Memory error for sparse high-dimensional multi-index set and about "completeness" vs "downward-closedness"
I ran into an issue is when updating the multi-index set of a sparse high-dimensional function. For instance:
>>> import numpy as np
>>> import minterpy as mp
>>> exp = np.zeros((10,10), dtype=int)
>>> exp[:,0] = np.arange(10)
>>> mi = mp.MultiIndexSet(exp)
>>> mi
MultiIndexSet
[[0 0 0 0 0 0 0 0 0 0]
[1 0 0 0 0 0 0 0 0 0]
[2 0 0 0 0 0 0 0 0 0]
[3 0 0 0 0 0 0 0 0 0]
[4 0 0 0 0 0 0 0 0 0]
[5 0 0 0 0 0 0 0 0 0]
[6 0 0 0 0 0 0 0 0 0]
[7 0 0 0 0 0 0 0 0 0]
[8 0 0 0 0 0 0 0 0 0]
[9 0 0 0 0 0 0 0 0 0]]
is 10-dimensional but very sparse, only the first dimension is "active".
The MultiIndexSet
is complete:
>>> mi.is_complete
True
with the completed_exponents
attribute the same as the exponents of the set itself:
>>> mi.exponents_completed
array([[0, 0, 0, 0, 0, 0, 0, 0, 0, 0],
[1, 0, 0, 0, 0, 0, 0, 0, 0, 0],
[2, 0, 0, 0, 0, 0, 0, 0, 0, 0],
[3, 0, 0, 0, 0, 0, 0, 0, 0, 0],
[4, 0, 0, 0, 0, 0, 0, 0, 0, 0],
[5, 0, 0, 0, 0, 0, 0, 0, 0, 0],
[6, 0, 0, 0, 0, 0, 0, 0, 0, 0],
[7, 0, 0, 0, 0, 0, 0, 0, 0, 0],
[8, 0, 0, 0, 0, 0, 0, 0, 0, 0],
[9, 0, 0, 0, 0, 0, 0, 0, 0, 0]])
But, when I tried to add this multi-index set with a new element:
>>> new_element = np.array([10, 0, 0, 0, 0, 0, 0, 0, 0, 0])
>>> mi.add_exponents(new_element)
Minterpy throws a memory error:
...
numpy.core._exceptions._ArrayMemoryError: Unable to allocate 373. GiB for an array with shape (10, 10, 10, 10, 10, 10, 10, 10, 10, 10, 10) and data type int32
because apparently, Minterpy insists on creating a new instance with the attribute _exponents_completed
whose value is a strictly "complete" multi-index set for the given lp-degree.
In the example above, it will create a "complete" exponents of dimension 10, degree 10, and lp-degree 1.0, which requires a massive amount of storage.
Furthermore, adding exponents also behaves rather strangely depending whether the attribute exponents_completed
has been previously queried at least once or not.
Why? Because in the method _new_instance_if_necessary
the function make_complete
is called only if the hidden attribute _exponents_completed
is not None
.
This attribute is not None
if the attribute exponents_completed
has been once queried.
If I never query exponents_completed
then _exponents_completed
will remain None
and there is no problem adding the new element in the example above.
I think, this is an unexpected behavior.
In this particular case, I suppose I can modify _new_instance_if_necessary
to behave more consistently regardless whether an attribute has been queried once or not.
However, I'd also like to discuss the is_complete
attribute of a MultiIndexSet
a bit further.
Completeness vs Downward-closedness
As far as I know, the divided difference scheme work with downward-closed multi-index sets.
But the multi-index set does need to be complete
in the sense of what Minterpy currently adopts.

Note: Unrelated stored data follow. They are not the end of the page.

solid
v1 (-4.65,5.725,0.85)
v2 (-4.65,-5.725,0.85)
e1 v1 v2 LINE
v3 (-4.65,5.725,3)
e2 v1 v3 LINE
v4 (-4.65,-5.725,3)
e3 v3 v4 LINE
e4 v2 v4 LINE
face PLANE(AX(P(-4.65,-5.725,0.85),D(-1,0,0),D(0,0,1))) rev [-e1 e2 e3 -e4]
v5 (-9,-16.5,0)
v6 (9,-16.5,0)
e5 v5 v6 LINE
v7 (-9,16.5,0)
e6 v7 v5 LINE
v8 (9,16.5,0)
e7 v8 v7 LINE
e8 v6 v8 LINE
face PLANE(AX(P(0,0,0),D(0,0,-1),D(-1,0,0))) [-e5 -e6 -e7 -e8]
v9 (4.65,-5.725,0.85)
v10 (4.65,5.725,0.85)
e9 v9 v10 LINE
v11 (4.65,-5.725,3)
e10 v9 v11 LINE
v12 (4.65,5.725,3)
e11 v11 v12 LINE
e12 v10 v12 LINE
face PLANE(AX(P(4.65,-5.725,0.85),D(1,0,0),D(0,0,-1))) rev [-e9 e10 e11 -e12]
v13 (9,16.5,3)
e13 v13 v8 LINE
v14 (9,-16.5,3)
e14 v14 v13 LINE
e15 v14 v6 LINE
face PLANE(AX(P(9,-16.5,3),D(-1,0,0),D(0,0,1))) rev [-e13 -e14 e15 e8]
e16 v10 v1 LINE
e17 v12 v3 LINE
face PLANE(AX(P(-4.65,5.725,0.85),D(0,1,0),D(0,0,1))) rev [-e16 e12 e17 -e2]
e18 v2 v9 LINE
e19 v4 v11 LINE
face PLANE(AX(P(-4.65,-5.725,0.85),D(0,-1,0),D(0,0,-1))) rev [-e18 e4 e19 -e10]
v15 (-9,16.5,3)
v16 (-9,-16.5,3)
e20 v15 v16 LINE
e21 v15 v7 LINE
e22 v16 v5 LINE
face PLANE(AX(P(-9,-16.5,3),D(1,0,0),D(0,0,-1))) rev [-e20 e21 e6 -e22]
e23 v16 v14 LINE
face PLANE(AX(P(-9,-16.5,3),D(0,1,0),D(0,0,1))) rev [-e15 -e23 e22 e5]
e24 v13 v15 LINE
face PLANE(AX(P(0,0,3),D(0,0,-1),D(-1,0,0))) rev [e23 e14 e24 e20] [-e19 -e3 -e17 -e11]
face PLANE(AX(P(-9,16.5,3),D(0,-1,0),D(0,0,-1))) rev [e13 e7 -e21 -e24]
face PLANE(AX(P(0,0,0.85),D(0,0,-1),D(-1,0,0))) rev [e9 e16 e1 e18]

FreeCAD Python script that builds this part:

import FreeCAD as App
import Part
import Sketcher
Q = App.Units.Quantity


def add_polygon(sketch, points):
    """Adds a closed chain of lines whose ends are joined by coincident constraints."""
    first, n = sketch.GeometryCount, len(points)
    for a, b in zip(points, points[1:] + points[:1]):
        sketch.addGeometry(Part.LineSegment(App.Vector(*a, 0), App.Vector(*b, 0)), False)
    for i in range(n):
        sketch.addConstraint(Sketcher.Constraint("Coincident", first + i, 2, first + (i + 1) % n, 1))

doc = App.newDocument("Part")
body = doc.addObject("PartDesign::Body", "Body")

sketch1 = body.newObject("Sketcher::SketchObject", "Sketch")
sketch1.AttachmentSupport = (doc.getObject("XY_Plane"), [""])
sketch1.MapMode = "FlatFace"
add_polygon(sketch1, [(-9, 16), (-9, -16), (9, -16), (9, 16)])
sketch1.addConstraint([
    Sketcher.Constraint("Vertical", 0),
    Sketcher.Constraint("Horizontal", 1),
    Sketcher.Constraint("Vertical", 2),
    Sketcher.Constraint("Horizontal", 3),
    Sketcher.Constraint("Symmetric", 0, 2, 2, 2, -1, 1),
    Sketcher.Constraint("DistanceX", 1, 1, 1, 2, Q("18 mm")),
    Sketcher.Constraint("DistanceY", 0, 2, 0, 1, Q("33 mm")),
])
pad1 = body.newObject("PartDesign::Pad", "Pad")
pad1.Profile = sketch1
pad1.Length = 3

sketch2 = body.newObject("Sketcher::SketchObject", "Sketch001")
sketch2.AttachmentSupport = (doc.getObject("XY_Plane"), [""])
sketch2.MapMode = "FlatFace"
sketch2.AttachmentOffset = App.Placement(App.Vector(0, 0, 3), App.Rotation())
add_polygon(sketch2, [(-5, 6), (-5, -6), (5, -6), (5, 6)])
sketch2.addConstraint([
    Sketcher.Constraint("Vertical", 0),
    Sketcher.Constraint("Horizontal", 1),
    Sketcher.Constraint("Vertical", 2),
    Sketcher.Constraint("Horizontal", 3),
    Sketcher.Constraint("Symmetric", 0, 2, 2, 2, -1, 1),
    Sketcher.Constraint("DistanceX", 1, 1, 1, 2, Q("9.3 mm")),
    Sketcher.Constraint("DistanceY", 0, 2, 0, 1, Q("11.45 mm")),
])
pocket1 = body.newObject("PartDesign::Pocket", "Pocket")
pocket1.Profile = sketch2
pocket1.Length = 2.15

doc.recompute()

In other words, while "complete" means downward-closed, downward-closed may not necessarily be "complete".
For instance, the multi-index set:
MultiIndexSet
[[0 0]
[1 0]
[2 0]
[0 1]]
is downward-closed (and DDS works fine with it), but not "complete" with respect to, say, lp-degree 1.0 which is:
MultiIndexSet
[[0 0]
[1 0]
[2 0]
[0 1]
[1 1]
[0 2]]
So completeness would be defined perhaps with respect to a particular lp-degree.
How to deal with these two notions?
Is there any part of the current Minterpy that works only with a strictly "complete" multi-index set?
If yes, should we be explicit in distinguishing these two notions: an attribute for completeness and an attribute for downward-closedness?
If not, what would exactly be the definition of is_complete
and exponents_completed
?
Finally, note that the utility function is_lexicographically_complete
(yet another jargon used) checks if a set of exponents is downward-closed and not complete with respect to an lp-degree.